# dogs



## lucas_shane (Jan 25, 2011)

I want a trained dog that will corner a bobcat. What do you guys think it would cost ? And where would I get one ?


----------



## On a call (Mar 3, 2010)

Luke...I heard you just train hounds just like you would for any other animal. If you would like just pm me and I most likely could put you in touch with guys that have cat running hounds.


----------



## catcapper (Feb 11, 2010)

Hey Luke--- PM Predatortalk member [email protected] ---He's a real houndman. I think he runs up in the Oregon counrty.

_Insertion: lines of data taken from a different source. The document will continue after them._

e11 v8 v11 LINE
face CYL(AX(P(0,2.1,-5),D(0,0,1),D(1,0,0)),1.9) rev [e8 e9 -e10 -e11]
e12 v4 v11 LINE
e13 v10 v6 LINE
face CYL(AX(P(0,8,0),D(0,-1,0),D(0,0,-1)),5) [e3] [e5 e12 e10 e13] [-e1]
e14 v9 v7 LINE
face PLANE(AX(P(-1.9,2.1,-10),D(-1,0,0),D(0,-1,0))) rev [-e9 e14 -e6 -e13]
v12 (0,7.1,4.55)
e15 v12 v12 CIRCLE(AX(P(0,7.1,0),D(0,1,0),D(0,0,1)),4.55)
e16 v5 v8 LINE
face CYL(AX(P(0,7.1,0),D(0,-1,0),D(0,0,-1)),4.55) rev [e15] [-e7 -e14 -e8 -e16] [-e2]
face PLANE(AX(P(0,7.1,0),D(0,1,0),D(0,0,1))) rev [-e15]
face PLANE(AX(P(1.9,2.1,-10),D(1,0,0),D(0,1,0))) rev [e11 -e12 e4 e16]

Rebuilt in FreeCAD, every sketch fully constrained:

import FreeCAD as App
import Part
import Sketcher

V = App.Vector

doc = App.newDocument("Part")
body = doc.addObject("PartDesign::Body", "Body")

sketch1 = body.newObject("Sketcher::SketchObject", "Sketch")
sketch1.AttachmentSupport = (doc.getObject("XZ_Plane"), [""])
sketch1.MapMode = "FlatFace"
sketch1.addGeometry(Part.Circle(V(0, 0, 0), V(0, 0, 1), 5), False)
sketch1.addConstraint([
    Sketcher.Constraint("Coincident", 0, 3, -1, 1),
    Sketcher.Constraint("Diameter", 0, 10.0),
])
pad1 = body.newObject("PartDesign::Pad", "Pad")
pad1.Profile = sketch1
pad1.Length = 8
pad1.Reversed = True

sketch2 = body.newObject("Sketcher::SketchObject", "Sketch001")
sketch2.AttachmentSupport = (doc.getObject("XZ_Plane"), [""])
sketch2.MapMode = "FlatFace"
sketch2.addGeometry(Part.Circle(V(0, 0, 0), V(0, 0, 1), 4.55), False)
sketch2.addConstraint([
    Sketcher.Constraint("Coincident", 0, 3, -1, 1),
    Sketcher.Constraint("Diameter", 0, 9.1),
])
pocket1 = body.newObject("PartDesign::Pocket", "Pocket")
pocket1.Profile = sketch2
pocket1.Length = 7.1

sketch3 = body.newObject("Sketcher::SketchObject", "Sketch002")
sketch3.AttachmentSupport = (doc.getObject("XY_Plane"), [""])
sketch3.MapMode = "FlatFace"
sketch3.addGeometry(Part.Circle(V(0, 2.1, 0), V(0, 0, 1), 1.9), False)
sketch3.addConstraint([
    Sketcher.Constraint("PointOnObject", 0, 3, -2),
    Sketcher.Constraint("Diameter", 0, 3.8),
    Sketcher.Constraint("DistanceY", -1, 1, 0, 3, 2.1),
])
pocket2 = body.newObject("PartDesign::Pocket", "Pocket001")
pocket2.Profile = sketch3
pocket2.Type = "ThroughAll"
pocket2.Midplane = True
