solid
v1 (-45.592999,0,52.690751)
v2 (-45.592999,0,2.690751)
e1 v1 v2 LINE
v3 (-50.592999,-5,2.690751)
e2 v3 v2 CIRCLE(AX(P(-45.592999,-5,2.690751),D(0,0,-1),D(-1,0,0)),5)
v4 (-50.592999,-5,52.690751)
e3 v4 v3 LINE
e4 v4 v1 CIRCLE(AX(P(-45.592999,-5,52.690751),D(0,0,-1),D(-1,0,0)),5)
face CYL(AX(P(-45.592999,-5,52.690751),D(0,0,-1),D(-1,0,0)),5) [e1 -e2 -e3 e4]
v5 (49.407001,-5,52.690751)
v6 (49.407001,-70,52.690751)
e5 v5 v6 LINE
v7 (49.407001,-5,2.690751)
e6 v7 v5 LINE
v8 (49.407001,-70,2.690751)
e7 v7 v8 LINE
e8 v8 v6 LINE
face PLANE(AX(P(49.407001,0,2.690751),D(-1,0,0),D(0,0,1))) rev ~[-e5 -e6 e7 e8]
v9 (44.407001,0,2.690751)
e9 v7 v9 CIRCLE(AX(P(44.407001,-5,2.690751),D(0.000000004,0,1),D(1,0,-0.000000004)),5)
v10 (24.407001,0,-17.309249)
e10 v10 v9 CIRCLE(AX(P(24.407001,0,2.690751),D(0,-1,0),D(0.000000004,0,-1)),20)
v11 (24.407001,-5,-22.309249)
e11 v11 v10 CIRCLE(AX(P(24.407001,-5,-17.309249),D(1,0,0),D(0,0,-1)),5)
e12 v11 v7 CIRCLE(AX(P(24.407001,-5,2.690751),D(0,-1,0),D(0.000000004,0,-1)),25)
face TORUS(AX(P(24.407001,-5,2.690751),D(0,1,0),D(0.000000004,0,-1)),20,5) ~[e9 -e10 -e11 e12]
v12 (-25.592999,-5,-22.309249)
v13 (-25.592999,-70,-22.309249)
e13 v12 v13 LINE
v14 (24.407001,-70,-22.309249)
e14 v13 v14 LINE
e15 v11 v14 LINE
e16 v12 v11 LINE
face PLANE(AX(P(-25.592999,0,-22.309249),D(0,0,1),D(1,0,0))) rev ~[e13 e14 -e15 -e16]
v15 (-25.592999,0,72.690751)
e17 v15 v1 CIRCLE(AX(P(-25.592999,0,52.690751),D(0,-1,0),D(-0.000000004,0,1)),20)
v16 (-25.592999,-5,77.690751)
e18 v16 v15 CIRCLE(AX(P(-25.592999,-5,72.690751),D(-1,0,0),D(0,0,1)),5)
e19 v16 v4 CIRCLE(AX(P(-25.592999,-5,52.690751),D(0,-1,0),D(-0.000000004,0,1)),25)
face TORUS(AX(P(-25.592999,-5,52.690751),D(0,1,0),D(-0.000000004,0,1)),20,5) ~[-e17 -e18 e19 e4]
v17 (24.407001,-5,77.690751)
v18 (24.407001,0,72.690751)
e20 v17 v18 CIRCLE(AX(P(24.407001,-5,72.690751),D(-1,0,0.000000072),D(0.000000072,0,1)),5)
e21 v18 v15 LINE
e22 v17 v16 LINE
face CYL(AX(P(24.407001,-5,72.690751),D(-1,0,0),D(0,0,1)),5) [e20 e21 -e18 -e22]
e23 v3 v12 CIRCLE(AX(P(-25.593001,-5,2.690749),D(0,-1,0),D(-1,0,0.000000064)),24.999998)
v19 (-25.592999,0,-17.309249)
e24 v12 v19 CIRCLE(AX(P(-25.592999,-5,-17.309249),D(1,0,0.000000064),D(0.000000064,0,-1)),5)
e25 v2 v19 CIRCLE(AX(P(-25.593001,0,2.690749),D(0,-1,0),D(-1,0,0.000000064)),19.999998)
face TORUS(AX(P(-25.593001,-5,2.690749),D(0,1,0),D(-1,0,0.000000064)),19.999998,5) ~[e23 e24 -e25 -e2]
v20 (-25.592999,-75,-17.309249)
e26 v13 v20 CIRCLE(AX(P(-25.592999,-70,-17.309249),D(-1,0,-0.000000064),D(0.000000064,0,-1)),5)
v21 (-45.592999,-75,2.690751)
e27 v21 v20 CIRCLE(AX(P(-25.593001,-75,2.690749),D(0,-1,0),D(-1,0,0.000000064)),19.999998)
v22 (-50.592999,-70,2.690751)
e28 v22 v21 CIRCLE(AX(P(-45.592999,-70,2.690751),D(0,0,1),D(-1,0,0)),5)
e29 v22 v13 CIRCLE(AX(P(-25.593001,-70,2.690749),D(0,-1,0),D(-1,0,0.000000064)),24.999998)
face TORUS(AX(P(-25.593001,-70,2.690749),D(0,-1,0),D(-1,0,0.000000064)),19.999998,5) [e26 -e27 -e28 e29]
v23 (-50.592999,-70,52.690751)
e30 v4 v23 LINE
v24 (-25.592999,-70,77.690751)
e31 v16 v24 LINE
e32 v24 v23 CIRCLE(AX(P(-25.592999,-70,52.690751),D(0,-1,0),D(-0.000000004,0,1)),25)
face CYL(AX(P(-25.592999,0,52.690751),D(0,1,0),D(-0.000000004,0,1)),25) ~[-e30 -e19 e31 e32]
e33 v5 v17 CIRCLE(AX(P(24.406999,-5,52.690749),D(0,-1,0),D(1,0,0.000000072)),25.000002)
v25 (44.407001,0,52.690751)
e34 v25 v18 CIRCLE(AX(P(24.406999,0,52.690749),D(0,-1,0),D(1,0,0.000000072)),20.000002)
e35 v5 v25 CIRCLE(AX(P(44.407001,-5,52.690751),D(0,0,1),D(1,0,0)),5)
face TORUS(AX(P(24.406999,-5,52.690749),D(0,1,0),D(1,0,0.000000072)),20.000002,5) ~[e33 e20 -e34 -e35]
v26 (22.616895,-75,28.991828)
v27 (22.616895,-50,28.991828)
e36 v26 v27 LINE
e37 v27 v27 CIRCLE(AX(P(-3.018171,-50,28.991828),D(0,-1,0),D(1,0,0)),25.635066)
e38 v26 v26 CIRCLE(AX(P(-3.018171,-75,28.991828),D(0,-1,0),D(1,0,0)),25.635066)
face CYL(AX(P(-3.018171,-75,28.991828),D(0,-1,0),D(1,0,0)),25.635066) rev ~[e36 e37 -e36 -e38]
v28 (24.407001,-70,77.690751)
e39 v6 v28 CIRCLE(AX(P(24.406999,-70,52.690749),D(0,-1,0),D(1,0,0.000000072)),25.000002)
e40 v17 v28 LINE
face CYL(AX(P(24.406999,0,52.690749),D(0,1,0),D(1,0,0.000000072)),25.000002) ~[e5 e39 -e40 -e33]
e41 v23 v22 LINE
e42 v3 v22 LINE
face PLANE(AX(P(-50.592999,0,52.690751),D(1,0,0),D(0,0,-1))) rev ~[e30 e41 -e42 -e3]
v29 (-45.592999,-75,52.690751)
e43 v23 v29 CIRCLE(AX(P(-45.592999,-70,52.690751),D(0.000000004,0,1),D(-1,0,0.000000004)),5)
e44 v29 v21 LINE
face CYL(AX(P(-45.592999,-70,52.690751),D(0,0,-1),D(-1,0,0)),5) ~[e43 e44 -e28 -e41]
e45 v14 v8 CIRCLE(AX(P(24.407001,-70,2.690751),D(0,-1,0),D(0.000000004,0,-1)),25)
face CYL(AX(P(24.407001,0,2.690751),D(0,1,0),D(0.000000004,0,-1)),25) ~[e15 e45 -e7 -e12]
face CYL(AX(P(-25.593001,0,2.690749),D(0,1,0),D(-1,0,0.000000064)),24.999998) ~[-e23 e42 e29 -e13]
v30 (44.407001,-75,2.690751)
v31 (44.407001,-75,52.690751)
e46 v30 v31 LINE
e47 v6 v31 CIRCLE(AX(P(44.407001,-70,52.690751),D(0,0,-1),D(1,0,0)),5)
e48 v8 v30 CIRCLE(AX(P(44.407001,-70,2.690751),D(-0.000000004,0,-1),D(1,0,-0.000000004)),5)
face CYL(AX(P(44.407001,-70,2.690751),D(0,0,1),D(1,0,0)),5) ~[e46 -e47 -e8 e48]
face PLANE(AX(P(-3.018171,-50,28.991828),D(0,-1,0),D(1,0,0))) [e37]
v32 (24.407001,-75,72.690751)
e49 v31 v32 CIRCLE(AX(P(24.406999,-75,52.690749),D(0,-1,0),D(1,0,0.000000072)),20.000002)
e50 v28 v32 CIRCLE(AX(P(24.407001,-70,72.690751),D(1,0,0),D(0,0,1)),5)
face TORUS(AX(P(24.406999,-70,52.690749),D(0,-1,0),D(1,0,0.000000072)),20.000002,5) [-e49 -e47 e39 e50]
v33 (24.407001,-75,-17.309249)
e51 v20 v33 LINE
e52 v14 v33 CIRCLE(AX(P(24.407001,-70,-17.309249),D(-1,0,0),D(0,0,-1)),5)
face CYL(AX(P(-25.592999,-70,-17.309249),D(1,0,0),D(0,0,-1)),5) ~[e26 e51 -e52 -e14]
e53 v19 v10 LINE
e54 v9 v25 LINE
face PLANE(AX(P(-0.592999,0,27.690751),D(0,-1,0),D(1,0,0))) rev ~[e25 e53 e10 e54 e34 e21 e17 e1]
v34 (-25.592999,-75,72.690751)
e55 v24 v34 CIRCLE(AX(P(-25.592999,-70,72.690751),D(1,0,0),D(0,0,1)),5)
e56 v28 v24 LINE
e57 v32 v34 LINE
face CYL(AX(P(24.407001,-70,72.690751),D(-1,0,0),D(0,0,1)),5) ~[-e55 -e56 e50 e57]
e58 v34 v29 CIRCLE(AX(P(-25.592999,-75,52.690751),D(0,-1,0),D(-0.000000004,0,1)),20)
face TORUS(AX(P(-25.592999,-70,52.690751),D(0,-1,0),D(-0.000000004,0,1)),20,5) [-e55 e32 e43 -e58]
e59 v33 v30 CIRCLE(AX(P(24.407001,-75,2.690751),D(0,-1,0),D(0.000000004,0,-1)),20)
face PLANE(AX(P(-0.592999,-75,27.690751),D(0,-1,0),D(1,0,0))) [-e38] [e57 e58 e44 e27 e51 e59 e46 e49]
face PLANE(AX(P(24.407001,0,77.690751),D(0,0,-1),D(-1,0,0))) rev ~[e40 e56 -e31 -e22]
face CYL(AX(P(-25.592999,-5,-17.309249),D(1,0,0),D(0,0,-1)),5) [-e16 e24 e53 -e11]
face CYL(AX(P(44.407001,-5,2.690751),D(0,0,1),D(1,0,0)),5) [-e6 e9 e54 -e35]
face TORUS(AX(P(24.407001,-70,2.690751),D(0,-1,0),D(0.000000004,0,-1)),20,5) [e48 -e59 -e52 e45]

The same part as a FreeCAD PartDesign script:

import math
import FreeCAD as App
import Part
import Sketcher
Q = App.Units.Quantity


def edges_at(feature, points):
    """Names of the edges that pass closest to the given points."""
    edges = feature.Shape.Edges
    near = lambda p: min(range(len(edges)), key=lambda i: edges[i].distToShape(Part.Vertex(*p))[0])
    return sorted({f"Edge{near(p) + 1}" for p in points})

doc = App.newDocument("Part")
body = doc.addObject("PartDesign::Body", "Body")

sketch1 = body.newObject("Sketcher::SketchObject", "Sketch")
sketch1.AttachmentSupport = (doc.getObject("XZ_Plane"), [""])
sketch1.MapMode = "FlatFace"
sketch1.addGeometry([
    Part.LineSegment(App.Vector(24, 78, 0), App.Vector(-26, 78, 0)),
    Part.ArcOfCircle(Part.Circle(App.Vector(-26, 53, 0), App.Vector(0, 0, 1), 25), math.radians(90), math.radians(180)),
    Part.LineSegment(App.Vector(-51, 53, 0), App.Vector(-51, 3, 0)),
    Part.ArcOfCircle(Part.Circle(App.Vector(-26, 3, 0), App.Vector(0, 0, 1), 25), math.radians(180), math.radians(270)),
    Part.LineSegment(App.Vector(-26, -22, 0), App.Vector(24, -22, 0)),
    Part.ArcOfCircle(Part.Circle(App.Vector(24, 3, 0), App.Vector(0, 0, 1), 25), math.radians(-90), math.radians(0)),
    Part.LineSegment(App.Vector(49, 3, 0), App.Vector(49, 53, 0)),
    Part.ArcOfCircle(Part.Circle(App.Vector(24, 53, 0), App.Vector(0, 0, 1), 25), math.radians(0), math.radians(90)),
], False)
sketch1.addConstraint([
    Sketcher.Constraint("Tangent", 0, 2, 1, 1),
    Sketcher.Constraint("Tangent", 1, 2, 2, 1),
    Sketcher.Constraint("Tangent", 2, 2, 3, 1),
    Sketcher.Constraint("Tangent", 3, 2, 4, 1),
    Sketcher.Constraint("Tangent", 4, 2, 5, 1),
    Sketcher.Constraint("Tangent", 5, 2, 6, 1),
    Sketcher.Constraint("Tangent", 6, 2, 7, 1),
    Sketcher.Constraint("Tangent", 7, 2, 0, 1),
    Sketcher.Constraint("Horizontal", 0),
    Sketcher.Constraint("Vertical", 2),
    Sketcher.Constraint("Horizontal", 4),
    Sketcher.Constraint("Vertical", 6),
    Sketcher.Constraint("Equal", 1, 3),
    Sketcher.Constraint("Equal", 3, 5),
    Sketcher.Constraint("Equal", 5, 7),
    Sketcher.Constraint("Equal", 4, 2),
    Sketcher.Constraint("Radius", 1, Q("25 mm")),
    Sketcher.Constraint("DistanceX", 0, 2, 0, 1, Q("50 mm")),
    Sketcher.Constraint("DistanceX", 1, 3, -1, 1, Q("25.592999 mm")),
    Sketcher.Constraint("DistanceY", -1, 1, 1, 3, Q("52.690751 mm")),
])
pad1 = body.newObject("PartDesign::Pad", "Pad")
pad1.Profile = sketch1
pad1.Length = 75
doc.recompute()

fillet = body.newObject("PartDesign::Fillet", "Fillet")
fillet.Base = (pad1, edges_at(pad1, [
    (24.407, -37.5, 77.691),
    (-0.593, -75, 77.691),
    (42.085, -75, 70.368),
    (-50.593, -37.5, 2.691),
    (-50.593, 0, 27.691),
    (-43.271, 0, -14.987),
    (42.085, 0, 70.368),
    (49.407, 0, 27.691),
    (-0.593, 0, 77.691),
    (-43.271, 0, 70.368),
    (-0.593, 0, -22.309),
    (42.085, 0, -14.987),
]))
fillet.Radius = 5

sketch2 = body.newObject("Sketcher::SketchObject", "Sketch001")
sketch2.AttachmentSupport = (doc.getObject("XZ_Plane"), [""])
sketch2.MapMode = "FlatFace"
sketch2.AttachmentOffset = App.Placement(App.Vector(0, 0, 75), App.Rotation())
sketch2.addGeometry(Part.Circle(App.Vector(-3, 29, 0), App.Vector(0, 0, 1), 26), False)
sketch2.addConstraint([
    Sketcher.Constraint("Diameter", 0, Q("51.270132 mm")),
    Sketcher.Constraint("DistanceX", 0, 3, -1, 1, Q("3.018171 mm")),
    Sketcher.Constraint("DistanceY", -1, 1, 0, 3, Q("28.991828 mm")),
])
pocket1 = body.newObject("PartDesign::Pocket", "Pocket")
pocket1.Profile = sketch2
pocket1.Length = 25

doc.recompute()
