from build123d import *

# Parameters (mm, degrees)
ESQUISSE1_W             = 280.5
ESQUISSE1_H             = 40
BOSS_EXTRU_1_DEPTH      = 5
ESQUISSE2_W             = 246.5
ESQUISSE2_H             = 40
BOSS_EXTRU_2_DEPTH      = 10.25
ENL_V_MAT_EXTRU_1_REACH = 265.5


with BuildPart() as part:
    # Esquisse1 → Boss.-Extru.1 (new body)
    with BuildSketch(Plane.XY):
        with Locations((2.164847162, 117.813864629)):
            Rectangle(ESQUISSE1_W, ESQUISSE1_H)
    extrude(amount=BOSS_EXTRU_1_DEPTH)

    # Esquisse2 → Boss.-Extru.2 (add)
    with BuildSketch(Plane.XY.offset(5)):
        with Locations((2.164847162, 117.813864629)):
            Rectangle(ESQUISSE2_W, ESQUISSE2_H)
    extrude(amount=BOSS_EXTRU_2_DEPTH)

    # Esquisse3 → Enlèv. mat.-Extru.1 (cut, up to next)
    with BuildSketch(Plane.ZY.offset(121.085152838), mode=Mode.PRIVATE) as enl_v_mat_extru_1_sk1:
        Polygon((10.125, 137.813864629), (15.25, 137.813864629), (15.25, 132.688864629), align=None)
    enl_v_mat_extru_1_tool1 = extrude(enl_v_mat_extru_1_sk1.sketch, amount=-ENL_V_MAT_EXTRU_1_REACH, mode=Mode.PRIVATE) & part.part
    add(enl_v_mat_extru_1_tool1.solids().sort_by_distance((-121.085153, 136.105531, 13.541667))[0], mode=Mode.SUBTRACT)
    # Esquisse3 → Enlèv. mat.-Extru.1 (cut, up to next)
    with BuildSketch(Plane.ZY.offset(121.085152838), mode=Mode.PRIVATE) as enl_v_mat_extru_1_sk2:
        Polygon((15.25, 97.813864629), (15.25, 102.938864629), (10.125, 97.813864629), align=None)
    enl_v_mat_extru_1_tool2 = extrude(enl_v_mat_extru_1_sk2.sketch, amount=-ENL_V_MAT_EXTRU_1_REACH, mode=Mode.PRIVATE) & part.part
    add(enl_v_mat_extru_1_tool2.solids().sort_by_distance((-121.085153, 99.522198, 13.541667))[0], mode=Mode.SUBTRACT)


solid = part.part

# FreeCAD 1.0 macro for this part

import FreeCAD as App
import Part
import Sketcher

V = App.Vector

doc = App.newDocument("Part")
body = doc.addObject("PartDesign::Body", "Body")

# Sketch on XY plane
sketch1 = body.newObject("Sketcher::SketchObject", "Sketch")
sketch1.AttachmentSupport = (doc.getObject("XY_Plane"), [""])
sketch1.MapMode = "FlatFace"
sketch1.addGeometry([
    Part.LineSegment(V(-138, 138, 0), V(-138, 98, 0)),
    Part.LineSegment(V(-138, 98, 0), V(142, 98, 0)),
    Part.LineSegment(V(142, 98, 0), V(142, 138, 0)),
    Part.LineSegment(V(142, 138, 0), V(-138, 138, 0)),
], False)
sketch1.addConstraint([
    Sketcher.Constraint("Coincident", 0, 2, 1, 1),
    Sketcher.Constraint("Coincident", 1, 2, 2, 1),
    Sketcher.Constraint("Coincident", 2, 2, 3, 1),
    Sketcher.Constraint("Coincident", 3, 2, 0, 1),
    Sketcher.Constraint("Vertical", 0),
    Sketcher.Constraint("Horizontal", 1),
    Sketcher.Constraint("Vertical", 2),
    Sketcher.Constraint("Horizontal", 3),
    Sketcher.Constraint("DistanceY", 0, 2, 0, 1, 40.0),
    Sketcher.Constraint("DistanceX", 1, 1, 1, 2, 280.5),
    Sketcher.Constraint("DistanceX", 0, 2, -1, 1, 138.085153),
    Sketcher.Constraint("DistanceY", -1, 1, 0, 2, 97.813865),
])
pad1 = body.newObject("PartDesign::Pad", "Pad")
pad1.Profile = sketch1
pad1.Length = 5

# Sketch on XY plane
sketch2 = body.newObject("Sketcher::SketchObject", "Sketch001")
sketch2.AttachmentSupport = (doc.getObject("XY_Plane"), [""])
sketch2.MapMode = "FlatFace"
sketch2.AttachmentOffset = App.Placement(V(0, 0, 5), App.Rotation())
sketch2.addGeometry([
    Part.LineSegment(V(-121, 138, 0), V(-121, 98, 0)),
    Part.LineSegment(V(-121, 98, 0), V(125, 98, 0)),
    Part.LineSegment(V(125, 98, 0), V(125, 138, 0)),
    Part.LineSegment(V(125, 138, 0), V(-121, 138, 0)),
], False)
sketch2.addConstraint([
    Sketcher.Constraint("Coincident", 0, 2, 1, 1),
    Sketcher.Constraint("Coincident", 1, 2, 2, 1),
    Sketcher.Constraint("Coincident", 2, 2, 3, 1),
    Sketcher.Constraint("Coincident", 3, 2, 0, 1),
    Sketcher.Constraint("Vertical", 0),
    Sketcher.Constraint("Horizontal", 1),
    Sketcher.Constraint("Vertical", 2),
    Sketcher.Constraint("Horizontal", 3),
    Sketcher.Constraint("DistanceY", 0, 2, 0, 1, 40.0),
    Sketcher.Constraint("DistanceX", 1, 1, 1, 2, 246.5),
    Sketcher.Constraint("DistanceX", 0, 2, -1, 1, 121.085153),
    Sketcher.Constraint("DistanceY", -1, 1, 0, 2, 97.813865),
])
pad2 = body.newObject("PartDesign::Pad", "Pad001")
pad2.Profile = sketch2
pad2.Length = 10.25

# Sketch on YZ plane
sketch3 = body.newObject("Sketcher::SketchObject", "Sketch002")
sketch3.AttachmentSupport = (doc.getObject("YZ_Plane"), [""])
sketch3.MapMode = "FlatFace"
sketch3.AttachmentOffset = App.Placement(V(0, 0, -121.085153), App.Rotation())
sketch3.addGeometry([
    Part.LineSegment(V(138, 15, 0), V(138, 10, 0)),
    Part.LineSegment(V(138, 10, 0), V(133, 15, 0)),
    Part.LineSegment(V(133, 15, 0), V(138, 15, 0)),
], False)
sketch3.addConstraint([
    Sketcher.Constraint("Coincident", 0, 2, 1, 1),
    Sketcher.Constraint("Coincident", 1, 2, 2, 1),
    Sketcher.Constraint("Coincident", 2, 2, 0, 1),
    Sketcher.Constraint("Vertical", 0),
    Sketcher.Constraint("Horizontal", 2),
    Sketcher.Constraint("Equal", 2, 0),
    Sketcher.Constraint("DistanceX", 2, 1, 2, 2, 5.125),
    Sketcher.Constraint("DistanceY", -1, 1, 1, 2, 15.25),
    Sketcher.Constraint("DistanceX", -1, 1, 0, 2, 137.813865),
])
pocket1 = body.newObject("PartDesign::Pocket", "Pocket")
pocket1.Profile = sketch3
pocket1.Type = "UpToFirst"
pocket1.Reversed = True

# Sketch on YZ plane
sketch4 = body.newObject("Sketcher::SketchObject", "Sketch003")
sketch4.AttachmentSupport = (doc.getObject("YZ_Plane"), [""])
sketch4.MapMode = "FlatFace"
sketch4.AttachmentOffset = App.Placement(V(0, 0, -121.085153), App.Rotation())
sketch4.addGeometry([
    Part.LineSegment(V(98, 15, 0), V(103, 15, 0)),
    Part.LineSegment(V(103, 15, 0), V(98, 10, 0)),
    Part.LineSegment(V(98, 10, 0), V(98, 15, 0)),
], False)
sketch4.addConstraint([
    Sketcher.Constraint("Coincident", 0, 2, 1, 1),
    Sketcher.Constraint("Coincident", 1, 2, 2, 1),
    Sketcher.Constraint("Coincident", 2, 2, 0, 1),
    Sketcher.Constraint("Horizontal", 0),
    Sketcher.Constraint("Vertical", 2),
    Sketcher.Constraint("Equal", 0, 2),
    Sketcher.Constraint("DistanceX", 0, 1, 0, 2, 5.125),
    Sketcher.Constraint("DistanceY", -1, 1, 0, 2, 15.25),
    Sketcher.Constraint("DistanceX", -1, 1, 0, 2, 102.938865),
])
pocket2 = body.newObject("PartDesign::Pocket", "Pocket001")
pocket2.Profile = sketch4
pocket2.Type = "UpToFirst"
pocket2.Reversed = True

doc.recompute()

Bet he knows where you can pickup a good dog out here on this side of the river.


----------



## On a call (Mar 3, 2010)

Great advice from Cat. I had forgot about Duane.


----------



## lucas_shane (Jan 25, 2011)

Thanks guys. It may be way out of my budget but I think it would be fun. We also have big cats but they are very few so I thought a bobcat dog would be cool.


----------



## lucas_shane (Jan 25, 2011)

Well that was short lived...lol

Duane cant recieve pms. maybe he will see this post and get in touch with me


----------



## youngdon (Mar 10, 2010)

PM sent to you Luke.


----------



## lucas_shane (Jan 25, 2011)

Thanks YD . Hopefully he will have some info that is good !! Info in free but Hopeing I can afford a dog...lol


----------



## On a call (Mar 3, 2010)

Do you want to train your own dog or buy a finished dog ?


----------



## lucas_shane (Jan 25, 2011)

Man I have no clue of how to train one !!


----------



## youngdon (Mar 10, 2010)

It's easier if you have one that knows the ropes to teach you new one.... They speak the language.


----------



## On a call (Mar 3, 2010)

Ok Luke...I am sending you a pm with info


----------